What is expected → Starting at the line that contains "v -19.099 33.17 0" in the listing below, write out every line word for word until you have written the line that contains "v -6.465 -33.889 18.5".

Data →
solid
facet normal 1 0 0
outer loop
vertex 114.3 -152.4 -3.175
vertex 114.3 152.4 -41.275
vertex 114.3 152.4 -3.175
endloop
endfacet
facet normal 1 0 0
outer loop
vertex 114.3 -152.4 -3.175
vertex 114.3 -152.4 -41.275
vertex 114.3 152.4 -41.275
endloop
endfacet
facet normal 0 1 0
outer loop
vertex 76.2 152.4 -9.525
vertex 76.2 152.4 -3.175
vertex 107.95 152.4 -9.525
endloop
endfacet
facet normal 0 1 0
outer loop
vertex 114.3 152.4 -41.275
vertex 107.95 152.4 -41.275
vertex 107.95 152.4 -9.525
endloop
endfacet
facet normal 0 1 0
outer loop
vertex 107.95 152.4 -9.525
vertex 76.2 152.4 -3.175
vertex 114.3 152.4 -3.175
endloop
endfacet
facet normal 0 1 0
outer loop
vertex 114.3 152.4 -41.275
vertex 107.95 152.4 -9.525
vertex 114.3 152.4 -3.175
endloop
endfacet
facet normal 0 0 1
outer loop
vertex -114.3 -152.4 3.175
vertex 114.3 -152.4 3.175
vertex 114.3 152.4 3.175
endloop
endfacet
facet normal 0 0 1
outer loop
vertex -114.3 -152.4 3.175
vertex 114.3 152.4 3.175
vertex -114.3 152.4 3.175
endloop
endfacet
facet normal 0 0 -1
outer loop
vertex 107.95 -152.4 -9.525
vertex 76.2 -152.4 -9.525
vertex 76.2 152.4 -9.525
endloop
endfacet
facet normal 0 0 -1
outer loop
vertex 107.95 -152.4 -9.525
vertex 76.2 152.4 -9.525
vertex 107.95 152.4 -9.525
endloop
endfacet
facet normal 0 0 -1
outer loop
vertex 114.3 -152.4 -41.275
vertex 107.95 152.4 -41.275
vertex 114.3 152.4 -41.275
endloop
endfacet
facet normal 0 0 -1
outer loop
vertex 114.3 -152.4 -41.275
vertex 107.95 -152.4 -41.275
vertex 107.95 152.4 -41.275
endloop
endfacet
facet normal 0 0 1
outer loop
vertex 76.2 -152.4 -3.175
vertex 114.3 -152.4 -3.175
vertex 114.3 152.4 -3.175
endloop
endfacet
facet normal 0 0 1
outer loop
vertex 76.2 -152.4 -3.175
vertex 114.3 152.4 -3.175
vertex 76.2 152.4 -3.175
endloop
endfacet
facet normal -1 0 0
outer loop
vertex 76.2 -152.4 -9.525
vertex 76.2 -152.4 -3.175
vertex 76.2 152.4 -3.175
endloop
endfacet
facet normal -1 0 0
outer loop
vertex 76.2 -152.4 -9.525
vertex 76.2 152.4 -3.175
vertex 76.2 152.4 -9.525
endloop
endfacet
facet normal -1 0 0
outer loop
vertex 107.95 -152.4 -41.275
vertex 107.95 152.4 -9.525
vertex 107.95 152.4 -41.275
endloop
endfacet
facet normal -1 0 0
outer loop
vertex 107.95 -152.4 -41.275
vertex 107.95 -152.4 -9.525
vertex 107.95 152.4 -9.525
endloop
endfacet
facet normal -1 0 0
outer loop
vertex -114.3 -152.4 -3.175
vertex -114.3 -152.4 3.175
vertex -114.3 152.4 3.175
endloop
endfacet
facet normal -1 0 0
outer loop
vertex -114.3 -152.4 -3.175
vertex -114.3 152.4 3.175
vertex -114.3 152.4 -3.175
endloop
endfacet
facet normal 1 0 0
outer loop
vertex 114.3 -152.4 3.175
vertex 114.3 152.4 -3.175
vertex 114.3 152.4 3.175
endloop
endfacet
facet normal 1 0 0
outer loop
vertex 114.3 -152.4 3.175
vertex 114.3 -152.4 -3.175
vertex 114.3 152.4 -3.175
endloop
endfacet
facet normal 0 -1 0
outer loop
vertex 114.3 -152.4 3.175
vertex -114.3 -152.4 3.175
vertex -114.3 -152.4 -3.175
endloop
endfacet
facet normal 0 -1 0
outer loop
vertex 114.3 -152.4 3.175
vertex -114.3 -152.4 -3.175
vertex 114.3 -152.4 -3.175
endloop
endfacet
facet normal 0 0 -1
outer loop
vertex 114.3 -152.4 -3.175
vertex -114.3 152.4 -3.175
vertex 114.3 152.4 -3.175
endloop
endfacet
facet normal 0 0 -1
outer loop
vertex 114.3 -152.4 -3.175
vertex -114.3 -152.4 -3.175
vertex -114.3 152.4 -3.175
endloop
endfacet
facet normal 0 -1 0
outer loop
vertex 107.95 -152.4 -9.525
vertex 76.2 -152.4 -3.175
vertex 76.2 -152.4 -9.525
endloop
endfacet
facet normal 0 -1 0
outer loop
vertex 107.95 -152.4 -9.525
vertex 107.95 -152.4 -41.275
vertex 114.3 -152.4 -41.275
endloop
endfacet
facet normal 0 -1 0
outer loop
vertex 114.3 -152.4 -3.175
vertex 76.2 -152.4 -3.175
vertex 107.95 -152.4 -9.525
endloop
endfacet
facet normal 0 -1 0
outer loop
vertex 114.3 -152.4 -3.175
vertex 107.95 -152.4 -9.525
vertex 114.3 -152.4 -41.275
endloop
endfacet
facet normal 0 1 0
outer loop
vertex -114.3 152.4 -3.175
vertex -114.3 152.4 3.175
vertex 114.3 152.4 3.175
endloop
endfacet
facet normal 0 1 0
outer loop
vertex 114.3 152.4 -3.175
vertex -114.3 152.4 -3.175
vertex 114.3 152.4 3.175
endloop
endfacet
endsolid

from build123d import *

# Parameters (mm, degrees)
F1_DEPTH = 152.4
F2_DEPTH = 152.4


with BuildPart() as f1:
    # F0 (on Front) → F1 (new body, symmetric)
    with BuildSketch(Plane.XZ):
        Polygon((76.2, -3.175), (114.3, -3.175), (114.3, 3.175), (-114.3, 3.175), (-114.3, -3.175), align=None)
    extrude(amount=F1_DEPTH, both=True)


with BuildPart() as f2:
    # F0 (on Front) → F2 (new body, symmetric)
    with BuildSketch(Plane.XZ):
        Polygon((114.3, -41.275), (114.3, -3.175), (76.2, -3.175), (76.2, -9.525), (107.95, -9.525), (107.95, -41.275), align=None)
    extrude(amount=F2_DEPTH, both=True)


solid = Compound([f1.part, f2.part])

--

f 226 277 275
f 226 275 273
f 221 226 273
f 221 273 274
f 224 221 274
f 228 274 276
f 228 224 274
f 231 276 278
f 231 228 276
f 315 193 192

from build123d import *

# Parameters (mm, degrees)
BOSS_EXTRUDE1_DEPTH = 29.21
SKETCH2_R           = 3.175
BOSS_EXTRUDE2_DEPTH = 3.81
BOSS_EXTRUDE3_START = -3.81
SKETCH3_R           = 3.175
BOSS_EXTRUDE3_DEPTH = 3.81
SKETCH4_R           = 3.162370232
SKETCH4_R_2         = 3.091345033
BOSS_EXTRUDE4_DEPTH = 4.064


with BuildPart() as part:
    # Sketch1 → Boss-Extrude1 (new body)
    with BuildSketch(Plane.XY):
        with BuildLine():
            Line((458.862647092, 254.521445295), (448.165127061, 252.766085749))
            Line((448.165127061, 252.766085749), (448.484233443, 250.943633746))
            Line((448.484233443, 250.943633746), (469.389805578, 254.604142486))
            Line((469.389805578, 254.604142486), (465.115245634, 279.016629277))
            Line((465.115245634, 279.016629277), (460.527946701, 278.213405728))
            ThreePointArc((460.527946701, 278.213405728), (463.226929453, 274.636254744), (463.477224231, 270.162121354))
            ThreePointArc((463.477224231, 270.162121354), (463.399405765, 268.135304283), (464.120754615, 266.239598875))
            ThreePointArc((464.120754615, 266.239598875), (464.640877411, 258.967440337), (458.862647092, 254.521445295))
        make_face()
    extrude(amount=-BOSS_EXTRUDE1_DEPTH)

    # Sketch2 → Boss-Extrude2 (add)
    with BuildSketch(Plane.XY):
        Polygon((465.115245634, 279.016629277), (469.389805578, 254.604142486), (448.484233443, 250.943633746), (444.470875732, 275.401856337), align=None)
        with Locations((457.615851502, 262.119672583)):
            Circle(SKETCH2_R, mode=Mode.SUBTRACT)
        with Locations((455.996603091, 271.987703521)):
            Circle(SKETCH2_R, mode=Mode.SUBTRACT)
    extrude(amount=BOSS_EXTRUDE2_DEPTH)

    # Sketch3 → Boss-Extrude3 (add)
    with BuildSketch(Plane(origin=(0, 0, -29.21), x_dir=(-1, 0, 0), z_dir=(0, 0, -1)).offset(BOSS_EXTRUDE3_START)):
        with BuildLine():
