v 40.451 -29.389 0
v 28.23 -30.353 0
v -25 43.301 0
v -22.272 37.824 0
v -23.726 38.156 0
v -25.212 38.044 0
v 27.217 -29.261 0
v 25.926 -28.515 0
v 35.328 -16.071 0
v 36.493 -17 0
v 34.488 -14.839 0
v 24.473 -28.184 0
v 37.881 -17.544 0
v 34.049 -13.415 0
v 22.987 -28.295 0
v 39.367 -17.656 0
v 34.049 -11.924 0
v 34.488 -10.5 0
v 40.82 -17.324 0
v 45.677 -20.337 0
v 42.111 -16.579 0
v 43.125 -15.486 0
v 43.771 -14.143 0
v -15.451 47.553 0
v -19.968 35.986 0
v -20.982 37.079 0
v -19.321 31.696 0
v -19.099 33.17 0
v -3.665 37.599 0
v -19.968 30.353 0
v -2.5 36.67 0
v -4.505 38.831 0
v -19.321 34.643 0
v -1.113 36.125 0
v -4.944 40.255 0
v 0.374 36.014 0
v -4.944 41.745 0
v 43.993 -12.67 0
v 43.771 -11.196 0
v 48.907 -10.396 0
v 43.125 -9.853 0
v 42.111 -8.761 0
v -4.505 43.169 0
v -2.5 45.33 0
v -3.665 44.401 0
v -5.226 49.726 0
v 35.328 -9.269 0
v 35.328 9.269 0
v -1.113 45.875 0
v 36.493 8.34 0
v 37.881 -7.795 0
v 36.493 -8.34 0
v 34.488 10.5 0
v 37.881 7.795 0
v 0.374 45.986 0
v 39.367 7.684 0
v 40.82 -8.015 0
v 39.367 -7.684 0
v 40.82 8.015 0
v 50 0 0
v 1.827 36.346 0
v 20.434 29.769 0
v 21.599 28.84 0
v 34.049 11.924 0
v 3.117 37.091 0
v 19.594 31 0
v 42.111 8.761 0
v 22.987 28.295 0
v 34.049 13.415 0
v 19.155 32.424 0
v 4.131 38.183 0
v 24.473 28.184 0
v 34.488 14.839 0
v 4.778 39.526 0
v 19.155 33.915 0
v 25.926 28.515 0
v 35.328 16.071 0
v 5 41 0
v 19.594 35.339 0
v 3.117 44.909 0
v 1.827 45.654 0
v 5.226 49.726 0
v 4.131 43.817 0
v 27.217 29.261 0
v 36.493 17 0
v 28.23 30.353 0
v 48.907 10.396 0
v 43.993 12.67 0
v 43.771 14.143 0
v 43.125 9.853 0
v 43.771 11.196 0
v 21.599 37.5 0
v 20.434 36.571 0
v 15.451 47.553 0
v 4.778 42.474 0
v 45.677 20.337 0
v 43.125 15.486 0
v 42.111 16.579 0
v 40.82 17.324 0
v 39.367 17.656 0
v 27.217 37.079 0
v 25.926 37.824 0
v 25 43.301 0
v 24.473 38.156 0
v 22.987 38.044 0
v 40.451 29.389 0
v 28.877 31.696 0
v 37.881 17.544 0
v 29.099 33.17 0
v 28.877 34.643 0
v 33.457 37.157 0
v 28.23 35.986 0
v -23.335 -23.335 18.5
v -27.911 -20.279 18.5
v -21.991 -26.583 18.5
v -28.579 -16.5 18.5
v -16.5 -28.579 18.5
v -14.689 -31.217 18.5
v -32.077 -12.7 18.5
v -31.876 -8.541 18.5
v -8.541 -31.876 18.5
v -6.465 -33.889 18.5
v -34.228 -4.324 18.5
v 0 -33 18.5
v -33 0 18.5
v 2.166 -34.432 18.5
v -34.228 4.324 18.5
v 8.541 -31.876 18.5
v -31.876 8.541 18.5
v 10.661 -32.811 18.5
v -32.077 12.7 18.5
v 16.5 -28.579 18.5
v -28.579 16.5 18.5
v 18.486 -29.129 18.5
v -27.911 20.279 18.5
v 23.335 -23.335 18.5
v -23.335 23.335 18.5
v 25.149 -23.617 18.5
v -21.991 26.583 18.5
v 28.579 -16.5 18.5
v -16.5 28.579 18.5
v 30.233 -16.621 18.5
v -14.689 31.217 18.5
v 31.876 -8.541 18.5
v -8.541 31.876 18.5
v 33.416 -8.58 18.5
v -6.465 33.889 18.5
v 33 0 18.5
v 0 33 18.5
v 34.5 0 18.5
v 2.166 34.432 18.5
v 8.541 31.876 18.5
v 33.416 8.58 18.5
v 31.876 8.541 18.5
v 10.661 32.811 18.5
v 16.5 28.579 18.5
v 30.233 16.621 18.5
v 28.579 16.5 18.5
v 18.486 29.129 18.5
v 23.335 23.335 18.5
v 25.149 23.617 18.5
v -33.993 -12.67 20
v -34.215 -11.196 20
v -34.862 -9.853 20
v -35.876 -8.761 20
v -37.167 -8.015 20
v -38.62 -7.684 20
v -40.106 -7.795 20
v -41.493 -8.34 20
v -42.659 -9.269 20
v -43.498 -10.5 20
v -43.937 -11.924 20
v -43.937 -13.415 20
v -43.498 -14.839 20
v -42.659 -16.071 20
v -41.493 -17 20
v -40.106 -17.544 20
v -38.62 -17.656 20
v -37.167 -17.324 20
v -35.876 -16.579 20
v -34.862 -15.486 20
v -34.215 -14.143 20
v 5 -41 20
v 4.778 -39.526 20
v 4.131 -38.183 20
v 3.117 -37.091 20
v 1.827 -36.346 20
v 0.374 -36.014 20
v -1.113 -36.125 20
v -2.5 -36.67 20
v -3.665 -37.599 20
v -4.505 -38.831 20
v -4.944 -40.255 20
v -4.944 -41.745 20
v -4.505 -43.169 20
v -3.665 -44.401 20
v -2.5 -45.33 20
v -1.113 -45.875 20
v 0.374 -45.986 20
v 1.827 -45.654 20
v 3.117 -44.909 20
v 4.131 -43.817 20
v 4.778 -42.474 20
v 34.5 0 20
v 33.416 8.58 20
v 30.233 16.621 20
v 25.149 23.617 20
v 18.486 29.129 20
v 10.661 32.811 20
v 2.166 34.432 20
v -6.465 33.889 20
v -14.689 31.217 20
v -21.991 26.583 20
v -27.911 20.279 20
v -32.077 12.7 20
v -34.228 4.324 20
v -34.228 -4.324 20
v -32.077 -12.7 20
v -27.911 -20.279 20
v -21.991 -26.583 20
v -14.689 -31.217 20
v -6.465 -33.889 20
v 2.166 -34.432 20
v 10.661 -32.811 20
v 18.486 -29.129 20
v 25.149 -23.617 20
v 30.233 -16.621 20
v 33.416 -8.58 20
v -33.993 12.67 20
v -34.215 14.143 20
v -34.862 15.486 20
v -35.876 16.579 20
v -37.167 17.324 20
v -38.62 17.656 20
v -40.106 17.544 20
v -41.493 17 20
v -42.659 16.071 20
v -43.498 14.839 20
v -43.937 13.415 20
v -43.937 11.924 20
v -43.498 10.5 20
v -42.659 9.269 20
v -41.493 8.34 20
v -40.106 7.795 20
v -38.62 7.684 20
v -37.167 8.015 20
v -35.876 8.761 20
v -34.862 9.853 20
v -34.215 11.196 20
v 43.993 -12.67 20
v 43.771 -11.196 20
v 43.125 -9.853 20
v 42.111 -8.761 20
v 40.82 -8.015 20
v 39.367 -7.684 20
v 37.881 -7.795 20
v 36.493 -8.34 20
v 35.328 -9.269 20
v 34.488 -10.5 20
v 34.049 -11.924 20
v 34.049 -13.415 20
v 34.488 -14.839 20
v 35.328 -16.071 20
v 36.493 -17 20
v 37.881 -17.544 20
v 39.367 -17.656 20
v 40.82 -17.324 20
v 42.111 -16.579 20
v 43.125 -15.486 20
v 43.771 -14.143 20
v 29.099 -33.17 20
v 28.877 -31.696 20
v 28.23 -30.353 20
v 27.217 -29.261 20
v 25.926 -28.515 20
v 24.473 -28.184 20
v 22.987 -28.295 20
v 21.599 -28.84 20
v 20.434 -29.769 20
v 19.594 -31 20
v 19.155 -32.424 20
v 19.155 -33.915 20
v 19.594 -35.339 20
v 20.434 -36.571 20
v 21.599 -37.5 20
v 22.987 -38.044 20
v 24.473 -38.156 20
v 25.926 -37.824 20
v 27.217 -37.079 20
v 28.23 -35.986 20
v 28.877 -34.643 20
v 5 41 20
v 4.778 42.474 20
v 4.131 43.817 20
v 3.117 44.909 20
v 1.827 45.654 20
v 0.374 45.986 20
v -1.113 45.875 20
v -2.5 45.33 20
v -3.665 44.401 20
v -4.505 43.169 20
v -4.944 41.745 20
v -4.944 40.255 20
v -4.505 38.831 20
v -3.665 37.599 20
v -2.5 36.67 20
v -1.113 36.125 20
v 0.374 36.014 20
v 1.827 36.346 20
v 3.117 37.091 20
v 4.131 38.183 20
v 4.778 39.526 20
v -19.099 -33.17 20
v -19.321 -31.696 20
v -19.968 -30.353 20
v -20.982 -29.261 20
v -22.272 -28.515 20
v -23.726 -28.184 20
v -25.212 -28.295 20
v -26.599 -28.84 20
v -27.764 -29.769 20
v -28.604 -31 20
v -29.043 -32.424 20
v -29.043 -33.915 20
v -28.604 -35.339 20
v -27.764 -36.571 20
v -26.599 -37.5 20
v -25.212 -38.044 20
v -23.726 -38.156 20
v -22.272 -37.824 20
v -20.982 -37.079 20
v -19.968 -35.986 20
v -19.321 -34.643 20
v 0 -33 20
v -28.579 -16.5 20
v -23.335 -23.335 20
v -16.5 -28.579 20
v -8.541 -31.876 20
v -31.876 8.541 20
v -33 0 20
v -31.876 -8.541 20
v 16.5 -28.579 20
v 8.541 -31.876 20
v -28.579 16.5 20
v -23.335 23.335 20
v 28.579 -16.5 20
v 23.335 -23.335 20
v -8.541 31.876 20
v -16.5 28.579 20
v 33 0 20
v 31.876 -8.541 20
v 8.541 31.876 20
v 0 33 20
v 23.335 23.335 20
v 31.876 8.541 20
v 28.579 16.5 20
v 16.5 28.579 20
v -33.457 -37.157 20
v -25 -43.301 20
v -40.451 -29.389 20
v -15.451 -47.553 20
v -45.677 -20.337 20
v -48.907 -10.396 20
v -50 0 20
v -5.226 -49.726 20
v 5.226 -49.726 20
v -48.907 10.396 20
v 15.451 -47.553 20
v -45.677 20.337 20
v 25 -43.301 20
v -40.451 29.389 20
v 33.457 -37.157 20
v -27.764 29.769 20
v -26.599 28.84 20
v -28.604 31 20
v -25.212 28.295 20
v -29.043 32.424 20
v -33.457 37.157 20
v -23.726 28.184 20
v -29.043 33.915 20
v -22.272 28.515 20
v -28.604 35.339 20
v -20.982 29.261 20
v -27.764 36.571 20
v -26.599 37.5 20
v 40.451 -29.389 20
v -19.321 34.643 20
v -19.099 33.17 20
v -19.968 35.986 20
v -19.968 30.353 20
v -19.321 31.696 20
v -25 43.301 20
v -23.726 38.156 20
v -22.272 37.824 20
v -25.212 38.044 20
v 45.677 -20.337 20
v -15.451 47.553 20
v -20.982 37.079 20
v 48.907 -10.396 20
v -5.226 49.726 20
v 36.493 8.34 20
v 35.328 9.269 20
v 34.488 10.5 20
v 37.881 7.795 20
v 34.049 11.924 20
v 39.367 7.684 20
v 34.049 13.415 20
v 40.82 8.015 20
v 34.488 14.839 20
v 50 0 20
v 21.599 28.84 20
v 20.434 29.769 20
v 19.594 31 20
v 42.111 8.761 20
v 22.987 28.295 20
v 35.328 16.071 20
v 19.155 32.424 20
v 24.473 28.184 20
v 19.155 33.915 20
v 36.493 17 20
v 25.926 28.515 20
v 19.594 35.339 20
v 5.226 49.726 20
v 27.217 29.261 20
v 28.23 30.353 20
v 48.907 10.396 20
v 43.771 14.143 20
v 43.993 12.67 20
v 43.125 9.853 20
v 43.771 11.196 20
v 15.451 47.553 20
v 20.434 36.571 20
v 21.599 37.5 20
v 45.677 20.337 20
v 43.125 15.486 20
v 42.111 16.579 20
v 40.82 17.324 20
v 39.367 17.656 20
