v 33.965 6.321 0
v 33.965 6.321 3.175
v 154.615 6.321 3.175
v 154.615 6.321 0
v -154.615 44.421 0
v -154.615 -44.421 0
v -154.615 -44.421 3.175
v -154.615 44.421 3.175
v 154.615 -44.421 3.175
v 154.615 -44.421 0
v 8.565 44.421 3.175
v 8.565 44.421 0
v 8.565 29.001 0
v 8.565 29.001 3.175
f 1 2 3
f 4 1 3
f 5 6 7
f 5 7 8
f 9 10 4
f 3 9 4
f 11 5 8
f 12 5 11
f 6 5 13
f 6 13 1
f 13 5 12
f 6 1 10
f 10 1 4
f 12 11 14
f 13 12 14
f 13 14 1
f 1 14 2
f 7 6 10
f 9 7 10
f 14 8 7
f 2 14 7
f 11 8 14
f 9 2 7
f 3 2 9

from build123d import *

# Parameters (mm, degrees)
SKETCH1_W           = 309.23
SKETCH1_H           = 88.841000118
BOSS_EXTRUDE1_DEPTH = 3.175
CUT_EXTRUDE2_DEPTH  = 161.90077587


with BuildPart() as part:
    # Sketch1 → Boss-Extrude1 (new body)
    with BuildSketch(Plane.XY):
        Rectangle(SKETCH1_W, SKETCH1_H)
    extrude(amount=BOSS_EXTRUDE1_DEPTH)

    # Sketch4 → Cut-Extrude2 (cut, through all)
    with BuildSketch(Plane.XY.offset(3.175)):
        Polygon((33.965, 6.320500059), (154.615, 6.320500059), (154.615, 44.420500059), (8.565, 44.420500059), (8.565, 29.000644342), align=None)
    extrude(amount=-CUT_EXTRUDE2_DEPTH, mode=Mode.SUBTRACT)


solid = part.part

Worked solution →
v -19.099 33.17 0
v -3.665 37.599 0
v -19.968 30.353 0
v -2.5 36.67 0
v -4.505 38.831 0
v -19.321 34.643 0
v -1.113 36.125 0
v -4.944 40.255 0
v 0.374 36.014 0
v -4.944 41.745 0
v 43.993 -12.67 0
v 43.771 -11.196 0
v 48.907 -10.396 0
v 43.125 -9.853 0
v 42.111 -8.761 0
v -4.505 43.169 0
v -2.5 45.33 0
v -3.665 44.401 0
v -5.226 49.726 0
v 35.328 -9.269 0
v 35.328 9.269 0
v -1.113 45.875 0
v 36.493 8.34 0
v 37.881 -7.795 0
v 36.493 -8.34 0
v 34.488 10.5 0
v 37.881 7.795 0
v 0.374 45.986 0
v 39.367 7.684 0
v 40.82 -8.015 0
v 39.367 -7.684 0
v 40.82 8.015 0
v 50 0 0
v 1.827 36.346 0
v 20.434 29.769 0
v 21.599 28.84 0
v 34.049 11.924 0
v 3.117 37.091 0
v 19.594 31 0
v 42.111 8.761 0
v 22.987 28.295 0
v 34.049 13.415 0
v 19.155 32.424 0
v 4.131 38.183 0
v 24.473 28.184 0
v 34.488 14.839 0
v 4.778 39.526 0
v 19.155 33.915 0
v 25.926 28.515 0
v 35.328 16.071 0
v 5 41 0
v 19.594 35.339 0
v 3.117 44.909 0
v 1.827 45.654 0
v 5.226 49.726 0
v 4.131 43.817 0
v 27.217 29.261 0
v 36.493 17 0
v 28.23 30.353 0
v 48.907 10.396 0
v 43.993 12.67 0
v 43.771 14.143 0
v 43.125 9.853 0
v 43.771 11.196 0
v 21.599 37.5 0
v 20.434 36.571 0
v 15.451 47.553 0
v 4.778 42.474 0
v 45.677 20.337 0
v 43.125 15.486 0
v 42.111 16.579 0
v 40.82 17.324 0
v 39.367 17.656 0
v 27.217 37.079 0
v 25.926 37.824 0
v 25 43.301 0
v 24.473 38.156 0
v 22.987 38.044 0
v 40.451 29.389 0
v 28.877 31.696 0
v 37.881 17.544 0
v 29.099 33.17 0
v 28.877 34.643 0
v 33.457 37.157 0
v 28.23 35.986 0
v -23.335 -23.335 18.5
v -27.911 -20.279 18.5
v -21.991 -26.583 18.5
v -28.579 -16.5 18.5
v -16.5 -28.579 18.5
v -14.689 -31.217 18.5
v -32.077 -12.7 18.5
v -31.876 -8.541 18.5
v -8.541 -31.876 18.5
v -6.465 -33.889 18.5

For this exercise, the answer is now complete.